B.A. has been touched by his Vietnam experience – and clothed by J. Crew, apparently
The team is back in America, hanging out next to the awesome van and Face’s Corvette. Apparently Face took Tia shopping in Beverly Hills, to the tune of two thousand dollars. “I will pay you back, Face,” she says quickly. “I will repay all of you for what you’ve done for me. You will see I won’t be just an extra burden to you.” Is she joining the A-Team? Hannibal’s not sure about that; he says they brought her from Vietnam because the government would be hunting for her all the time… and “that’s our situation here.” “Besides,” Murdock adds, “B.A.’s got a terrible temper.” “I DO NOT!” B.A. growls back. But Tia says she has no home in America, and besides, they snuck her into the country illegally, so she’d be caught and deported by the government anyway. “Maybe you can stick with us ’til we figure something out,” Hannibal says. Tia likes this and wants to celebrate. “Can we go to those nightclubs Face told me about?” “NIGHTCLUBS?” B.A. says, disgusted. Fine, Face says, let’s just get something to eat.

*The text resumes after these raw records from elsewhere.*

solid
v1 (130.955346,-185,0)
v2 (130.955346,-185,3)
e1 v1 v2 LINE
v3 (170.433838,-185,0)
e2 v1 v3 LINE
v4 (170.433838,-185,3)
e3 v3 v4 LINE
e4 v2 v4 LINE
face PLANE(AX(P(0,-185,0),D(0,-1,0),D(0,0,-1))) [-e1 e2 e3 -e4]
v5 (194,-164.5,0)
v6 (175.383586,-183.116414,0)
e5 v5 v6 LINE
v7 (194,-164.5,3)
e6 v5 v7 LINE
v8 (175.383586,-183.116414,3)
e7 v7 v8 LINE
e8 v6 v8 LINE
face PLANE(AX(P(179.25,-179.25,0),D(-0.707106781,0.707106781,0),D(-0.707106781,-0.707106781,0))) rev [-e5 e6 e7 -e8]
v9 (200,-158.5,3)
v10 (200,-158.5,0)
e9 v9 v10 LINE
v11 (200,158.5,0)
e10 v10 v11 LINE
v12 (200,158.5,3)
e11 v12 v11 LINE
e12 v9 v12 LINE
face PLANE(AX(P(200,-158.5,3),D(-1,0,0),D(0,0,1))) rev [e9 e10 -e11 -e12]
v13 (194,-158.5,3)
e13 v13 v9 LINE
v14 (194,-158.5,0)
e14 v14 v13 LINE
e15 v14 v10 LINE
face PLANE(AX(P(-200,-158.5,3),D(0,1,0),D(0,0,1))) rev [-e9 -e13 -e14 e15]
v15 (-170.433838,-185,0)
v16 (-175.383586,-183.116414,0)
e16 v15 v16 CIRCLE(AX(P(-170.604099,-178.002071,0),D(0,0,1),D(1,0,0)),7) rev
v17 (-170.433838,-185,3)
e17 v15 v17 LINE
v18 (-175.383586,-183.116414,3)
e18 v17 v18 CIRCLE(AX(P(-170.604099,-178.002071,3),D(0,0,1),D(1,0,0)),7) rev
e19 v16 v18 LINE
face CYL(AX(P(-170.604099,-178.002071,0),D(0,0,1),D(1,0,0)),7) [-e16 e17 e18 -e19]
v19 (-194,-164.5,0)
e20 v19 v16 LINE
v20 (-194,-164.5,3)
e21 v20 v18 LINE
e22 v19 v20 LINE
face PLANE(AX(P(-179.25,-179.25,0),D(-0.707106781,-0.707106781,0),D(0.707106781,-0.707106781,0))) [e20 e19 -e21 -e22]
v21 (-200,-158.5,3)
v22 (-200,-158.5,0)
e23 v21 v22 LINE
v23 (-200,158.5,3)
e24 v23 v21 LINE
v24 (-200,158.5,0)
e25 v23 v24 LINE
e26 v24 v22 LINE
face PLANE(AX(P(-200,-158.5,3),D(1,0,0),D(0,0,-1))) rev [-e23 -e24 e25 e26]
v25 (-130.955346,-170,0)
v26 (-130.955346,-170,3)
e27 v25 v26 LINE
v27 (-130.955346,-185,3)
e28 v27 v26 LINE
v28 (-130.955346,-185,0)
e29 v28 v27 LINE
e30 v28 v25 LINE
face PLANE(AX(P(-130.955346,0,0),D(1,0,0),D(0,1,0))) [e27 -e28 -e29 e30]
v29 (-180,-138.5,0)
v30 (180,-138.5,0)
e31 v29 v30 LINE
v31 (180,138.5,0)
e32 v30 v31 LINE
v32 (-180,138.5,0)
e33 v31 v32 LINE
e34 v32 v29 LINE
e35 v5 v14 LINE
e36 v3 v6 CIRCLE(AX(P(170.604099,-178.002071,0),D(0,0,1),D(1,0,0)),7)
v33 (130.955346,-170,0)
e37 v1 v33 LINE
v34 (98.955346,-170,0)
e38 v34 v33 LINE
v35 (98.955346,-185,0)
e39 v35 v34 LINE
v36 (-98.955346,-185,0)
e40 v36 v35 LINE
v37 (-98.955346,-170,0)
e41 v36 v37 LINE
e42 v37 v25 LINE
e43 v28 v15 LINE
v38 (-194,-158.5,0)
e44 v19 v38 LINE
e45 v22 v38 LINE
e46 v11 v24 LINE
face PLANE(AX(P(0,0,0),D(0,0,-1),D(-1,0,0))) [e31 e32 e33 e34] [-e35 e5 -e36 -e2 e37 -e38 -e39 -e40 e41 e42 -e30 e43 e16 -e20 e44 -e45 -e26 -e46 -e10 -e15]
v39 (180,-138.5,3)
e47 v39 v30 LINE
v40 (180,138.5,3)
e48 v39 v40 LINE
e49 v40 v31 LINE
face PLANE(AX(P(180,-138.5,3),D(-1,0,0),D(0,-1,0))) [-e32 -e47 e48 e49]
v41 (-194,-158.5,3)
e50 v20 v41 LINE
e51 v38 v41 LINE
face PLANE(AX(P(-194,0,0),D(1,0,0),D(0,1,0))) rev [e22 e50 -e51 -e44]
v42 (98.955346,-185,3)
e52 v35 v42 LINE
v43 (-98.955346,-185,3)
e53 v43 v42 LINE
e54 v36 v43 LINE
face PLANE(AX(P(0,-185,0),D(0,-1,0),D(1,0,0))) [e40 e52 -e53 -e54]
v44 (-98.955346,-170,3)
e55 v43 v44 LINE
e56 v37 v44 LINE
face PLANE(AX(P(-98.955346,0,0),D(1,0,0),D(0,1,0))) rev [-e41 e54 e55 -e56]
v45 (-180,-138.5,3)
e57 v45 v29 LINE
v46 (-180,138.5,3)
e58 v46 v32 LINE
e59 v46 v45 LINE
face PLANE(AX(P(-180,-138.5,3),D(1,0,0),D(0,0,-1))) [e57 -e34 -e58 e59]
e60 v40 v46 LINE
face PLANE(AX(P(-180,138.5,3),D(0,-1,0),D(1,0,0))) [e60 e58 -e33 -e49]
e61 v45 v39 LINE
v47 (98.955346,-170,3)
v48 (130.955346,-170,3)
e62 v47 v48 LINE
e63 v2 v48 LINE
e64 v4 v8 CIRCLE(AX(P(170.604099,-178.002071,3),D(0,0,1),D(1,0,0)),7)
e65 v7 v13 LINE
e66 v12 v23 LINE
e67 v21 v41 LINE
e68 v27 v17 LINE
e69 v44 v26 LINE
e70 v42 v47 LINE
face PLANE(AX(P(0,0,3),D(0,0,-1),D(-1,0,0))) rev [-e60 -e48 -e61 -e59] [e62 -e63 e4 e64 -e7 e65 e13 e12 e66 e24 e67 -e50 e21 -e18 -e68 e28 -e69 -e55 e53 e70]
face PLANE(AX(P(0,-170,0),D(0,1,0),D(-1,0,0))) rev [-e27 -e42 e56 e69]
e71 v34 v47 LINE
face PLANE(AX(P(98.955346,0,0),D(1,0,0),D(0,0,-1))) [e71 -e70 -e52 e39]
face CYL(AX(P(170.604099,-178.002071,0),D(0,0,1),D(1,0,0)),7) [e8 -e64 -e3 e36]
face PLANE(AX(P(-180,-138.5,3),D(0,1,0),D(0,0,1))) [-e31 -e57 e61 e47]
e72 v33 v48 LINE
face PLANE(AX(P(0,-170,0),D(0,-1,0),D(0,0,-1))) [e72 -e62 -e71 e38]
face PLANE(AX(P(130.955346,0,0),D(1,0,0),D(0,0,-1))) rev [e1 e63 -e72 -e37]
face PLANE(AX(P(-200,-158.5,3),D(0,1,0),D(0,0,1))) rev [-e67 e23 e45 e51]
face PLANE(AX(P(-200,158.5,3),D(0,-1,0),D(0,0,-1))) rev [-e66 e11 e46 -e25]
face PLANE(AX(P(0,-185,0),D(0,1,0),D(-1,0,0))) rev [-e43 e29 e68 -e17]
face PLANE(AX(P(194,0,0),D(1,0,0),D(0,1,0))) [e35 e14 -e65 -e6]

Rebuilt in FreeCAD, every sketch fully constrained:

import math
import FreeCAD as App
import Part
import Sketcher
from FreeCAD import Vector
Q = App.Units.Quantity


def add_polygon(sketch, points):
    """Adds a closed chain of lines whose ends are joined by coincident constraints."""
    first, n = sketch.GeometryCount, len(points)
    for a, b in zip(points, points[1:] + points[:1]):
        sketch.addGeometry(Part.LineSegment(App.Vector(*a, 0), App.Vector(*b, 0)), False)
    for i in range(n):
        sketch.addConstraint(Sketcher.Constraint("Coincident", first + i, 2, first + (i + 1) % n, 1))

doc = App.newDocument("Part")
body = doc.addObject("PartDesign::Body", "Body")

sketch1 = body.newObject("Sketcher::SketchObject", "Sketch")
sketch1.AttachmentSupport = (doc.getObject("XY_Plane"), [""])
sketch1.MapMode = "FlatFace"
add_polygon(sketch1, [(-200, 158.5), (-200, -158.5), (200, -158.5), (200, 158.5)])
add_polygon(sketch1, [(180, -138.5), (-180, -138.5), (-180, 138.5), (180, 138.5)])
sketch1.addConstraint([
    Sketcher.Constraint("Vertical", 0),
    Sketcher.Constraint("Horizontal", 1),
    Sketcher.Constraint("Vertical", 2),
    Sketcher.Constraint("Horizontal", 3),
    Sketcher.Constraint("Horizontal", 4),
    Sketcher.Constraint("Vertical", 5),
    Sketcher.Constraint("Horizontal", 6),
    Sketcher.Constraint("Vertical", 7),
    Sketcher.Constraint("Symmetric", 0, 2, 2, 2, -1, 1),
    Sketcher.Constraint("Symmetric", 4, 2, 6, 2, -1, 1),
    Sketcher.Constraint("DistanceX", 1, 1, 1, 2, Q("400 mm")),
    Sketcher.Constraint("DistanceX", 4, 2, 4, 1, Q("360 mm")),
    Sketcher.Constraint("DistanceY", 0, 2, 0, 1, Q("317 mm")),
    Sketcher.Constraint("DistanceY", 5, 1, 5, 2, Q("277 mm")),
])
pad1 = body.newObject("PartDesign::Pad", "Pad")
pad1.Profile = sketch1
pad1.Length = 3

sketch2 = body.newObject("Sketcher::SketchObject", "Sketch001")
sketch2.AttachmentSupport = (doc.getObject("XY_Plane"), [""])
sketch2.MapMode = "FlatFace"
sketch2.AttachmentOffset = App.Placement(Vector(0, 0, 3), App.Rotation())
sketch2.addGeometry([
    Part.LineSegment(Vector(-98.955346, -185, 0), Vector(98.955346, -185, 0)),
    Part.LineSegment(Vector(98.955346, -185, 0), Vector(98.955346, -170, 0)),
    Part.LineSegment(Vector(98.955346, -170, 0), Vector(130.955346, -170, 0)),
    Part.LineSegment(Vector(130.955346, -170, 0), Vector(130.955346, -185, 0)),
    Part.LineSegment(Vector(130.955346, -185, 0), Vector(170.433838, -185, 0)),
    Part.ArcOfCircle(Part.Circle(Vector(170.604099, -178.002071, 0), Vector(0, 0, 1), 7), math.radians(-91.39374), math.radians(-46.938434)),
    Part.LineSegment(Vector(175.383586, -183.116414, 0), Vector(194, -164.5, 0)),
    Part.LineSegment(Vector(194, -164.5, 0), Vector(194, -158.5, 0)),
    Part.LineSegment(Vector(194, -158.5, 0), Vector(-194, -158.5, 0)),
    Part.LineSegment(Vector(-194, -158.5, 0), Vector(-194, -164.5, 0)),
    Part.LineSegment(Vector(-194, -164.5, 0), Vector(-175.383586, -183.116414, 0)),
    Part.ArcOfCircle(Part.Circle(Vector(-170.604099, -178.002071, 0), Vector(0, 0, 1), 7), math.radians(-133.061566), math.radians(-88.60626)),
    Part.LineSegment(Vector(-170.433838, -185, 0), Vector(-130.955346, -185, 0)),
    Part.LineSegment(Vector(-130.955346, -185, 0), Vector(-130.955346, -170, 0)),
    Part.LineSegment(Vector(-130.955346, -170, 0), Vector(-98.955346, -170, 0)),
    Part.LineSegment(Vector(-98.955346, -170, 0), Vector(-98.955346, -185, 0)),
], False)
sketch2.addConstraint([
    Sketcher.Constraint("Coincident", 0, 2, 1, 1),
    Sketcher.Constraint("Coincident", 1, 2, 2, 1),
    Sketcher.Constraint("Coincident", 2, 2, 3, 1),
    Sketcher.Constraint("Coincident", 3, 2, 4, 1),
    Sketcher.Constraint("Coincident", 4, 2, 5, 1),
    Sketcher.Constraint("Coincident", 5, 2, 6, 1),
    Sketcher.Constraint("Coincident", 6, 2, 7, 1),
    Sketcher.Constraint("Coincident", 7, 2, 8, 1),
    Sketcher.Constraint("Coincident", 8, 2, 9, 1),
    Sketcher.Constraint("Coincident", 9, 2, 10, 1),
    Sketcher.Constraint("Coincident", 10, 2, 11, 1),
    Sketcher.Constraint("Coincident", 11, 2, 12, 1),
    Sketcher.Constraint("Coincident", 12, 2, 13, 1),
    Sketcher.Constraint("Coincident", 13, 2, 14, 1),
    Sketcher.Constraint("Coincident", 14, 2, 15, 1),
    Sketcher.Constraint("Coincident", 15, 2, 0, 1),
    Sketcher.Constraint("Horizontal", 0),
    Sketcher.Constraint("Vertical", 1),
    Sketcher.Constraint("Horizontal", 2),
    Sketcher.Constraint("Vertical", 3),
    Sketcher.Constraint("Horizontal", 4),
    Sketcher.Constraint("Vertical", 7),
    Sketcher.Constraint("Horizontal", 8),
    Sketcher.Constraint("Vertical", 9),
    Sketcher.Constraint("Horizontal", 12),
    Sketcher.Constraint("Vertical", 13),
    Sketcher.Constraint("Horizontal", 14),
    Sketcher.Constraint("Vertical", 15),
    Sketcher.Constraint("Equal", 5, 11),
    Sketcher.Constraint("Symmetric", 5, 3, 11, 3, -2),
    Sketcher.Constraint("Symmetric", 6, 2, 9, 2, -2),
    Sketcher.Constraint("Symmetric", 3, 2, 12, 2, -2),
    Sketcher.Constraint("Symmetric", 1, 2, 14, 2, -2),
    Sketcher.Constraint("Perpendicular", 6, 10),
    Sketcher.Constraint("Horizontal", 0, 2, 3, 2),
    Sketcher.Constraint("Horizontal", 5, 2, 10, 2),
    Sketcher.Constraint("Radius", 5, Q("7 mm")),
    Sketcher.Constraint("DistanceX", 2, 1, 2, 2, Q("32 mm")),
    Sketcher.Constraint("DistanceX", 8, 2, 8, 1, Q("388 mm")),
    Sketcher.Constraint("DistanceY", 1, 1, 1, 2, Q("15 mm")),
    Sketcher.Constraint("DistanceY", 7, 1, 7, 2, Q("6 mm")),
    Sketcher.Constraint("DistanceY", 0, 2, -1, 1, Q("185 mm")),
    Sketcher.Constraint("DistanceY", 6, 2, -1, 1, Q("164.5 mm")),
    Sketcher.Constraint("DistanceX", 0, 1, 0, 2, Q("197.910691 mm")),
    Sketcher.Constraint("DistanceX", -1, 1, 5, 3, Q("170.604099 mm")),
    Sketcher.Constraint("DistanceX", 4, 1, 4, 2, Q("39.478493 mm")),
])
pad2 = body.newObject("PartDesign::Pad", "Pad001")
pad2.Profile = sketch2
pad2.Length = 3
pad2.Reversed = True

doc.recompute()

They get ready to drive out, but first Murdock pulls Hannibal aside with a somber question: “Before we went back,” he asks, “did you think about it?” “I remembered it,” Hannibal replies, “but I didn’t think about it.” Wow, that’s the end of the season.
That was intense. But unlike the season 1 finale, which aimed for the same vibe, this episode got the “serious A-Team” formula right. It’s not a typical episode by any stretch; there’s very little wisecracking and somebody actually died for once, but it underscores the character of the team, that these guys are, as Fulbright put it, “good soldiers.” Speaking of good soldiers, Jack Ging is tremendous in this episode; at first you can’t help but think Fulbright is leading them into a trap, but you start rooting for him pretty quickly, and by the time Fulbright gets killed, you’re sorry he’s gone. The only bummer part is that they never got to pursue the A-Team-plus-Tia Carrere angle, as she ended up back on “General Hospital.”
All right then. One more season, one more week. It’s going to be great.